So what does this look like in practice? rather than serve a your css as

    
    
        <link rel="stylesheet" type="text/css" "ref="https://example.com/styles/site.css"/>
    

you'd instead use something like[2]:

    
    
        <link rel="stylesheet" type="text/css" "ref="sha256:abc123..."/>
    

And all the resources could be verified for integrity after being downloaded
and trivially changed thereafter.

For privacy concerns, the url provides the additional feature of sandboxing
the content via the origin access controls. As a step 2 addition the urn could
still contain the current url style as an optional suffixed parameter, which
if provided the browser would use to sandbox that particular hash to that site
as a provider of it. Referring to that hash from a site that has not
previously provided the data would fail, unless the site is able to either
prove that has the data by resending it, or rehashing it some way.

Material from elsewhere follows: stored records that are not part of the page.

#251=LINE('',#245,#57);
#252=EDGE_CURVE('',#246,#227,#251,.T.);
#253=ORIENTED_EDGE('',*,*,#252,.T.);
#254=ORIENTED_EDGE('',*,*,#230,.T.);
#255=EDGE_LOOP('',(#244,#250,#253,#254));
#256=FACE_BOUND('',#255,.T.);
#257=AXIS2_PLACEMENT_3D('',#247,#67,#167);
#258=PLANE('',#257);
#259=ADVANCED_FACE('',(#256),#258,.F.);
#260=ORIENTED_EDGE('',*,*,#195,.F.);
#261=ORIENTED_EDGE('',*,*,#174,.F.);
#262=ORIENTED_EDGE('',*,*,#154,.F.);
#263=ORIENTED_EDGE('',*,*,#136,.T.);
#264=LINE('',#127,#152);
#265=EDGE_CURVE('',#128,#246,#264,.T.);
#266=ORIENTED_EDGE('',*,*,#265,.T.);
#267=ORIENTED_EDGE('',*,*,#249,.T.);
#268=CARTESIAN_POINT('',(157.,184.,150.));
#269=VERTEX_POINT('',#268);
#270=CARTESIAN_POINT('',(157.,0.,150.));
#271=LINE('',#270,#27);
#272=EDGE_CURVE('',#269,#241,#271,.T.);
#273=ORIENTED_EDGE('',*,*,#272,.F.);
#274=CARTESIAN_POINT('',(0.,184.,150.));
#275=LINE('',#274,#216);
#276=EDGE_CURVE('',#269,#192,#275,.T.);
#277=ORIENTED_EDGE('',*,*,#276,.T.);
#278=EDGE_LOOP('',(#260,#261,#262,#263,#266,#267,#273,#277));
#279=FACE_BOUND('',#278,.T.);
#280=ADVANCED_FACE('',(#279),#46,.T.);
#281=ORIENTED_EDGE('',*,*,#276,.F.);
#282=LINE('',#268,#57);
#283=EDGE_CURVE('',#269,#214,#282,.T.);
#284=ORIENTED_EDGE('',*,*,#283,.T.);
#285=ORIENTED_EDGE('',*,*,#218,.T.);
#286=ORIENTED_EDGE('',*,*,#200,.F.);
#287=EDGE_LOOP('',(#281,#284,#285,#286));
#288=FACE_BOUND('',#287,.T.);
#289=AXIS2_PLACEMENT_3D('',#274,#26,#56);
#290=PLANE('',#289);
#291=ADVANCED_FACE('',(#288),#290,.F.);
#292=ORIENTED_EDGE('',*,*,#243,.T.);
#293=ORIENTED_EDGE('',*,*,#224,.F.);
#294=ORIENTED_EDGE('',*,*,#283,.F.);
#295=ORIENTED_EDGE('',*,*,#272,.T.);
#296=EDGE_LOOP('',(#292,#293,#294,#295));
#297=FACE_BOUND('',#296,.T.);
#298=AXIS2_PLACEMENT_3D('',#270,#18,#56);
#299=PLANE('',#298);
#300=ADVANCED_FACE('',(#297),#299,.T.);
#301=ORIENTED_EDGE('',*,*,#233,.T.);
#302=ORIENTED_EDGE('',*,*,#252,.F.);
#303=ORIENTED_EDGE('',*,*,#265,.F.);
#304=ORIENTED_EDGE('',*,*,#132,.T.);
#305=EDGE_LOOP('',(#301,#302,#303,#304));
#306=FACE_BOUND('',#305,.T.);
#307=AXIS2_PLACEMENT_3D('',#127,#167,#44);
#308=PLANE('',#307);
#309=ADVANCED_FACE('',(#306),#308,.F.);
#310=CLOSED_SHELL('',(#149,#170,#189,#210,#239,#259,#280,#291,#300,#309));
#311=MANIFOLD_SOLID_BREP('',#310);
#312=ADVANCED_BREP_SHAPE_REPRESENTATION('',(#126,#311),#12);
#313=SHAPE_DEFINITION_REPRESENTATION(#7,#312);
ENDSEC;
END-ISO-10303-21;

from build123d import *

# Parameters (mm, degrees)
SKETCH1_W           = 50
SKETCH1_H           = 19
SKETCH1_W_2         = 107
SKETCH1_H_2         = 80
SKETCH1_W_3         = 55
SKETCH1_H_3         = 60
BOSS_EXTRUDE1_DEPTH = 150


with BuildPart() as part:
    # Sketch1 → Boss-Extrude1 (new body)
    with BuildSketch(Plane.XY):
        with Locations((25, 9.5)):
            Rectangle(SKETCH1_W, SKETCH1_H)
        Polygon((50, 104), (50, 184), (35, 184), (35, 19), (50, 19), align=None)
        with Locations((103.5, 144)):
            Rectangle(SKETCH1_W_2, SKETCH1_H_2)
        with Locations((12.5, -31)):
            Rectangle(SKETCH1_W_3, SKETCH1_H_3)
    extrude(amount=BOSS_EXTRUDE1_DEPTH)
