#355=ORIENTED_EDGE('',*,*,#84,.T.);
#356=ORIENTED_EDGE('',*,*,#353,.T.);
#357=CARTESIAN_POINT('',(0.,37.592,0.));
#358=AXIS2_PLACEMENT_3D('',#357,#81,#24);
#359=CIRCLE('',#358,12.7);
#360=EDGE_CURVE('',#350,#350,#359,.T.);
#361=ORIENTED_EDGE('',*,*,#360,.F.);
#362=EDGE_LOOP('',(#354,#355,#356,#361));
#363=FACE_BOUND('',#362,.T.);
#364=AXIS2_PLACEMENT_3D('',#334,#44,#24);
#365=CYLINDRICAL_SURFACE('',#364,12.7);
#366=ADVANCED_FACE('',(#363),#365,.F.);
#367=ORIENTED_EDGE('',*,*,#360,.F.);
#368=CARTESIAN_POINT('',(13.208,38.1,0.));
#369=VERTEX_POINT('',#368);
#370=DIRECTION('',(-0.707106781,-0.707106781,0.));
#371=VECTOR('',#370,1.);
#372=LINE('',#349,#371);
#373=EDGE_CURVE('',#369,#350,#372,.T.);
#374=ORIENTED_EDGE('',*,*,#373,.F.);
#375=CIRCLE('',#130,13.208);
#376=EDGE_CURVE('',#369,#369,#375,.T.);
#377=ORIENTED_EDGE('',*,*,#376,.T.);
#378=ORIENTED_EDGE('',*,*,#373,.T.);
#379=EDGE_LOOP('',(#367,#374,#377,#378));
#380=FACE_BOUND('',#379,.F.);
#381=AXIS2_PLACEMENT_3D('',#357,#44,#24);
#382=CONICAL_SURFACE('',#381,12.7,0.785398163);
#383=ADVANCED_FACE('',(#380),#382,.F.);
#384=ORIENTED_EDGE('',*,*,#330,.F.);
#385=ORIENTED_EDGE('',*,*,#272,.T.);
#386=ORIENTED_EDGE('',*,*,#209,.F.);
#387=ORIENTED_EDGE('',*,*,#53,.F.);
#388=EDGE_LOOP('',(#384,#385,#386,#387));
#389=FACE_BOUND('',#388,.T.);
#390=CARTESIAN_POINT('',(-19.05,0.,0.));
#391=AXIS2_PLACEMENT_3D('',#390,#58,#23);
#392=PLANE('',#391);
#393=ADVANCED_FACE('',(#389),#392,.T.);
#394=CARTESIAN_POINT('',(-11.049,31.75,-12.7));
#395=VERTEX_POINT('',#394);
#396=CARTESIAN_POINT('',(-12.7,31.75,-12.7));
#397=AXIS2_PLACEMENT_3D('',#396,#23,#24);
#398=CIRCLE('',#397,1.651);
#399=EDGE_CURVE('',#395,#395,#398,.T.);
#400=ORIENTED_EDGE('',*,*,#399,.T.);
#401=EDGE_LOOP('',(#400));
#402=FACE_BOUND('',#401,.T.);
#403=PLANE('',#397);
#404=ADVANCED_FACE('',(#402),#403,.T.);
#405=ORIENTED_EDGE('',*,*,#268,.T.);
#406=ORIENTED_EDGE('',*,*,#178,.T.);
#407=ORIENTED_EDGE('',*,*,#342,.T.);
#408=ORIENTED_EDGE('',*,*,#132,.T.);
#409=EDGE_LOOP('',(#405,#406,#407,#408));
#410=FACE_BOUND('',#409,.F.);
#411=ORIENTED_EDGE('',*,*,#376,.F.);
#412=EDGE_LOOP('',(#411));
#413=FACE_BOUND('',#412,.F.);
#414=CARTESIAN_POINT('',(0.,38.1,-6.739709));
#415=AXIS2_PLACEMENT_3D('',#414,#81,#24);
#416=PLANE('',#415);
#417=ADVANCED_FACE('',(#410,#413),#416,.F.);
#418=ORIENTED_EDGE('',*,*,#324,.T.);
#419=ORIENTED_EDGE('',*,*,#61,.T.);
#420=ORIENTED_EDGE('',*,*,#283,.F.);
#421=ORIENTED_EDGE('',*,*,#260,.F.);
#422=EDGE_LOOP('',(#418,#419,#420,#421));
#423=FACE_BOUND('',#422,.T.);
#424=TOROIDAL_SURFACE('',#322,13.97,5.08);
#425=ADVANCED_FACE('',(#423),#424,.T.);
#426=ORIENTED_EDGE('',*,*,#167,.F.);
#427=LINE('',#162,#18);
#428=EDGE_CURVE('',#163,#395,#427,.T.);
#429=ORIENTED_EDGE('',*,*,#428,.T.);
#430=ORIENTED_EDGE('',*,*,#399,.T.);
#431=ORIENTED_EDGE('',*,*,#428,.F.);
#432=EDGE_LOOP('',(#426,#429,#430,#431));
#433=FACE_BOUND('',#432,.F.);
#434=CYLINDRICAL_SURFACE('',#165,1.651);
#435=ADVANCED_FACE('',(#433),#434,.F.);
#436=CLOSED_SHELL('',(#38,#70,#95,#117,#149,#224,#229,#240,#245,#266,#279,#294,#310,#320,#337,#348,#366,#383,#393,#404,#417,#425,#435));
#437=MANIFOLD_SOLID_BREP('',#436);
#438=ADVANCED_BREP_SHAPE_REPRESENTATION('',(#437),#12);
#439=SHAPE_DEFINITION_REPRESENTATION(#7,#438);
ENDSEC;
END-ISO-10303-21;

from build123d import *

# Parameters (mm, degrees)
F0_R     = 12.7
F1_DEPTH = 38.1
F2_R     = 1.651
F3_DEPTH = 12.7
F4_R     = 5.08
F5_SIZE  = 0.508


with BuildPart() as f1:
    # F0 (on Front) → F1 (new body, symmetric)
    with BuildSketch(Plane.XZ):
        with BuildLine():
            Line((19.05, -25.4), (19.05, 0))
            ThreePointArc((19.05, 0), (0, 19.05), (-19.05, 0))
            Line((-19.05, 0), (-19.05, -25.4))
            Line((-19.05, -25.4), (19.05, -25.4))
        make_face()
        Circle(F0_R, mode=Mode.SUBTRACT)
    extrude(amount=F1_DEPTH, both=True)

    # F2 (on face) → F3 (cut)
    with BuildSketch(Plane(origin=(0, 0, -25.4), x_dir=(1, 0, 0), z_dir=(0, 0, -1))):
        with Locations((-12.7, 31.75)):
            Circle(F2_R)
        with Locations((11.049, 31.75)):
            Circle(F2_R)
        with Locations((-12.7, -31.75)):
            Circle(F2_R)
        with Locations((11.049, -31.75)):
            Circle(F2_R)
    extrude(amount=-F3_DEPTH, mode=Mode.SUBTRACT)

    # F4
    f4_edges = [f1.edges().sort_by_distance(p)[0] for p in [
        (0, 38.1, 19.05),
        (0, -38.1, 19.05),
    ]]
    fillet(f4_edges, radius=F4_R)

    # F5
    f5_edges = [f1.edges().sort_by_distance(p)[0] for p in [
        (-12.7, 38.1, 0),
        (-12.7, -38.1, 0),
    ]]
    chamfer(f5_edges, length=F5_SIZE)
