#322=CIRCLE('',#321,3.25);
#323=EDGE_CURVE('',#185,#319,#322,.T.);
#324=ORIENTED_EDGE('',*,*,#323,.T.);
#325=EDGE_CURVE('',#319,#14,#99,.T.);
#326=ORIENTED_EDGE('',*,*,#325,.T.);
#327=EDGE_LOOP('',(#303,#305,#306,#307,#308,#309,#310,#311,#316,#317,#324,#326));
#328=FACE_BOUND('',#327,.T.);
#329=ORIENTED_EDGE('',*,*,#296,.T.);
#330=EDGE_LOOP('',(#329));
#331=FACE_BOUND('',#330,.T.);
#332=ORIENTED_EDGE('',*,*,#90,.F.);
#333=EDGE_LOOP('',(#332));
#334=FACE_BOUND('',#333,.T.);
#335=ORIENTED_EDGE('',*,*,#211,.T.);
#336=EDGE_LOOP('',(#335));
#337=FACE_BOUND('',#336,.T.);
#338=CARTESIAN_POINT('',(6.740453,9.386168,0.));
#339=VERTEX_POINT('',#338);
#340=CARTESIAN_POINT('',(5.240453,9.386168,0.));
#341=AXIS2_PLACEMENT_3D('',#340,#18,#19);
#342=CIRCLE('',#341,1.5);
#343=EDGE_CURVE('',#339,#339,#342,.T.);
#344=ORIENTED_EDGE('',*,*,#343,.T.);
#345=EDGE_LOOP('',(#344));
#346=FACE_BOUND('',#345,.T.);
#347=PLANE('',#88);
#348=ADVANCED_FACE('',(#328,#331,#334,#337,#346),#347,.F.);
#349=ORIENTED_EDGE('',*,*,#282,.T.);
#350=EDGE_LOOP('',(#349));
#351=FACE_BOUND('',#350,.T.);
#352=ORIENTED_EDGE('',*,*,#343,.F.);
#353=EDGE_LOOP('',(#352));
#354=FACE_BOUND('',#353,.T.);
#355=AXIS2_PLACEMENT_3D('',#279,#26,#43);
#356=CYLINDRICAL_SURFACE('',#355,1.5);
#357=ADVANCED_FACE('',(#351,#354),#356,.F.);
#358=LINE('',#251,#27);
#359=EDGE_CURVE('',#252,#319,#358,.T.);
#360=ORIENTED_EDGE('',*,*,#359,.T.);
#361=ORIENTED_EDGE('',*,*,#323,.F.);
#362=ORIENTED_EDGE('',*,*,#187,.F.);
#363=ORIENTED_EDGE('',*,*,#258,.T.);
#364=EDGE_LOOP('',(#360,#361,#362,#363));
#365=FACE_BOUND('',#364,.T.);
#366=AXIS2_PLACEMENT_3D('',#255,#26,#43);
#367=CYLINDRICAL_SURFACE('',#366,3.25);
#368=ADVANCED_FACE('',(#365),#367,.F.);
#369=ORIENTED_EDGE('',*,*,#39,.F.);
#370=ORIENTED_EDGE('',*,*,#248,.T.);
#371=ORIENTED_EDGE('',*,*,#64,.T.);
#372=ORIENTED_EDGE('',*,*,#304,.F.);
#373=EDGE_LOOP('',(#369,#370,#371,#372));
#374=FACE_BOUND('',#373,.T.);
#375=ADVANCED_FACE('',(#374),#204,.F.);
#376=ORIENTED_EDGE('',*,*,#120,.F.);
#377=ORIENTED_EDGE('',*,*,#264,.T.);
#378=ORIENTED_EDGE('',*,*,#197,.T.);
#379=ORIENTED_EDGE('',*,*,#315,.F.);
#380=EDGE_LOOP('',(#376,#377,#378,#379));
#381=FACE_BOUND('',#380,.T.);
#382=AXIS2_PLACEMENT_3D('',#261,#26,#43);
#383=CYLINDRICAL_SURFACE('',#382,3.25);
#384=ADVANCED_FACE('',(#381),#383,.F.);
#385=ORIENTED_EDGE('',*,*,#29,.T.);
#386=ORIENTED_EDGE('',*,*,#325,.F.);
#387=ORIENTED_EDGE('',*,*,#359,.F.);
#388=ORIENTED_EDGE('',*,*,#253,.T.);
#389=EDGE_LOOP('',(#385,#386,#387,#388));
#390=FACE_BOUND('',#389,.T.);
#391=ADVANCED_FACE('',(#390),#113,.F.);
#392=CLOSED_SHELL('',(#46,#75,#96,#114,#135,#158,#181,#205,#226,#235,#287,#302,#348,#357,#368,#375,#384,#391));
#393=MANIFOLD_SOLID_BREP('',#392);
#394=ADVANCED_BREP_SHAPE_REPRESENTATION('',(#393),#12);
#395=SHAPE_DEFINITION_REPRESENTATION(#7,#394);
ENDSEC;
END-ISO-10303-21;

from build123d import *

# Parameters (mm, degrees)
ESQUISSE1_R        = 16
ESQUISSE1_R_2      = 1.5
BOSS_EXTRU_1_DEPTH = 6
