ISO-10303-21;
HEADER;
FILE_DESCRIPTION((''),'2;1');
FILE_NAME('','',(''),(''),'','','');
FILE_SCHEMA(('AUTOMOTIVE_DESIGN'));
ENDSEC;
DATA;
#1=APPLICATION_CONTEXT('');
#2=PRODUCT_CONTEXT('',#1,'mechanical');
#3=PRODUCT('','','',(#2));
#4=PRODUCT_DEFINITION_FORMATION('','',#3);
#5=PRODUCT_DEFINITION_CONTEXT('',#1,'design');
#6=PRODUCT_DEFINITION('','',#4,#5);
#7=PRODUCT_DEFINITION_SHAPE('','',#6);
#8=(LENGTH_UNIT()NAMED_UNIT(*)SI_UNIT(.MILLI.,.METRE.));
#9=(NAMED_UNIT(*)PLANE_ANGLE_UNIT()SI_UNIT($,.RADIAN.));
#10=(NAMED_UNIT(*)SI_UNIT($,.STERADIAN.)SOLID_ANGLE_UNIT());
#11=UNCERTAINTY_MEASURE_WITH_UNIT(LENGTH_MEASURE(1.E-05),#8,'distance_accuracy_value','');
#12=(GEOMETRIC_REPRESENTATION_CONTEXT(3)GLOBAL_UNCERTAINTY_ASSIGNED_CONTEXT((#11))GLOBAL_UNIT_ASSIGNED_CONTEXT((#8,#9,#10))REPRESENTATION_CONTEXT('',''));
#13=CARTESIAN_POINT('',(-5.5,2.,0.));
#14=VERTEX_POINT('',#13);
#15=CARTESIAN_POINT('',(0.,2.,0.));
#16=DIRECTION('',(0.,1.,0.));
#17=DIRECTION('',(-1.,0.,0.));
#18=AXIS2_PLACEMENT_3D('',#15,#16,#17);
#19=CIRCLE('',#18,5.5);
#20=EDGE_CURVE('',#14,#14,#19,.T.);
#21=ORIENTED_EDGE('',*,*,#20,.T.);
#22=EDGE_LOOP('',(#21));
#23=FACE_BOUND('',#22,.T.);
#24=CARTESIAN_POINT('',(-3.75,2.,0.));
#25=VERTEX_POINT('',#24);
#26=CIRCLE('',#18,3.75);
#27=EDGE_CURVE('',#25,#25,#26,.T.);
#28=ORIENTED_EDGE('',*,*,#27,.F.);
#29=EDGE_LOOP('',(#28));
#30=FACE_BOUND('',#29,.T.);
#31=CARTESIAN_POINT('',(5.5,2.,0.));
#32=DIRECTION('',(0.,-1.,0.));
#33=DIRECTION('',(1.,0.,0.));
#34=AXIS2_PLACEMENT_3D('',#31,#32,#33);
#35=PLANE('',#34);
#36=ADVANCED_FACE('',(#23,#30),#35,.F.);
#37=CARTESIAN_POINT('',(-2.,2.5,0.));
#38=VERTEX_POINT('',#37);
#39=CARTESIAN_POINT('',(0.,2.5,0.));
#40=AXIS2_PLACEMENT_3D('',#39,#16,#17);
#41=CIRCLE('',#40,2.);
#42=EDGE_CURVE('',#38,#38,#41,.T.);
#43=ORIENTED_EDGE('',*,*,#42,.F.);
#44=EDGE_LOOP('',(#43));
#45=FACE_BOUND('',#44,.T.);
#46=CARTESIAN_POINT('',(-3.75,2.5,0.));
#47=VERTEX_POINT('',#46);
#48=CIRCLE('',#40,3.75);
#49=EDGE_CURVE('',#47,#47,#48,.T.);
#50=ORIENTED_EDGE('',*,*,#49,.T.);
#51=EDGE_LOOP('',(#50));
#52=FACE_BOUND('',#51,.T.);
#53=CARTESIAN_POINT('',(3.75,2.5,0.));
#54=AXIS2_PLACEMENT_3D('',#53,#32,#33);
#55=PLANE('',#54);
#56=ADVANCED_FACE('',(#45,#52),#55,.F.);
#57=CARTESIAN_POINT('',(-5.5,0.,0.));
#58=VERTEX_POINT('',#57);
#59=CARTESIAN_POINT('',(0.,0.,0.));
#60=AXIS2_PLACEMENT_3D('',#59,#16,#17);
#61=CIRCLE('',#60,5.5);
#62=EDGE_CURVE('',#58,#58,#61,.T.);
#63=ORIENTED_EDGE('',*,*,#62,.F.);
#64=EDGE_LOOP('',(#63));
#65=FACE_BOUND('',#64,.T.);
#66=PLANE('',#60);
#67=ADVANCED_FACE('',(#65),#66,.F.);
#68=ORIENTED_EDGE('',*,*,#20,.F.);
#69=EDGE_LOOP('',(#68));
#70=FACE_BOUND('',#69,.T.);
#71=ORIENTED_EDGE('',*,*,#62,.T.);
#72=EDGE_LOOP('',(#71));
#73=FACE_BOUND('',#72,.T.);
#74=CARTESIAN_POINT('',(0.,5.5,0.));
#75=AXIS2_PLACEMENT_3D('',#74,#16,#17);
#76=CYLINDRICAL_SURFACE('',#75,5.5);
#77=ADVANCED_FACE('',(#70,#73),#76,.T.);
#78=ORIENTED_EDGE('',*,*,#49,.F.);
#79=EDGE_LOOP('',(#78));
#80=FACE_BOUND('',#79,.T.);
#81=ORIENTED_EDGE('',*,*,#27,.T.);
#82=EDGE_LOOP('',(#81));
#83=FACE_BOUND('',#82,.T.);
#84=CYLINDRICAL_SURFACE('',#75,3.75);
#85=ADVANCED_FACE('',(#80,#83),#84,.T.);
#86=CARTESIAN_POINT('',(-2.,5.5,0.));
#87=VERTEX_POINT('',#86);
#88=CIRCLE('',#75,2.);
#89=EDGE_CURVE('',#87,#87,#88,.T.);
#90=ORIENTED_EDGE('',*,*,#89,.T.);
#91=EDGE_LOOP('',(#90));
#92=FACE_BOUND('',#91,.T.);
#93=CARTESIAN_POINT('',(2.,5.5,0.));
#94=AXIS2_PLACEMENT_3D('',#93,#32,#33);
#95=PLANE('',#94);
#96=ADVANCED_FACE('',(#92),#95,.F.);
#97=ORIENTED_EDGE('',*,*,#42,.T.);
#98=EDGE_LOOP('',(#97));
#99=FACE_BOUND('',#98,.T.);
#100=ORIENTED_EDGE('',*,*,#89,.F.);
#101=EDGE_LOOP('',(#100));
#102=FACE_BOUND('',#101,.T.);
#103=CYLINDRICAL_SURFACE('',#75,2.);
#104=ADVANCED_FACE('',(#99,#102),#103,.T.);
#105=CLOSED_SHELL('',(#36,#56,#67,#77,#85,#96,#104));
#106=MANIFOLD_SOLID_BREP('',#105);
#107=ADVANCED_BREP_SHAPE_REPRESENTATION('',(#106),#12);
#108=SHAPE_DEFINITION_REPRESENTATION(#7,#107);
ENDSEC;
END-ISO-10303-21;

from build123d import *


with BuildPart() as part:
    # Sketch1 → Revolve1 (revolve)
    with BuildSketch(Plane.XY, mode=Mode.PRIVATE) as revolve1_sk:
        Polygon((0, 0), (5.5, 0), (5.5, 2), (3.75, 2), (3.75, 2.5), (2, 2.5), (2, 5.5), (0, 5.5), align=None)
    revolve(revolve1_sk.sketch.rotate(Axis((0, 5.5, 0), (0, -1, 0)), 180), axis=Axis((0, 5.5, 0), (0, -1, 0)))


solid = part.part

1: I don't mean to be pedantic but a lot of people don't understand that you
can take any number of bytes, compute a 256 or 512 bit cryptographic hash for
it, and be guaranteed of a longer than the lifetime of the universe level
small chance of ever finding any other bytes that produce the same 256 or 512
bit number, even when trying as hard as you can with all the resources you can
muster.

2: There are several different ways to do the addressing for the content
(magnet uris, IPFS univeral hashes etc). The browser vendors ought to pick one
and move on.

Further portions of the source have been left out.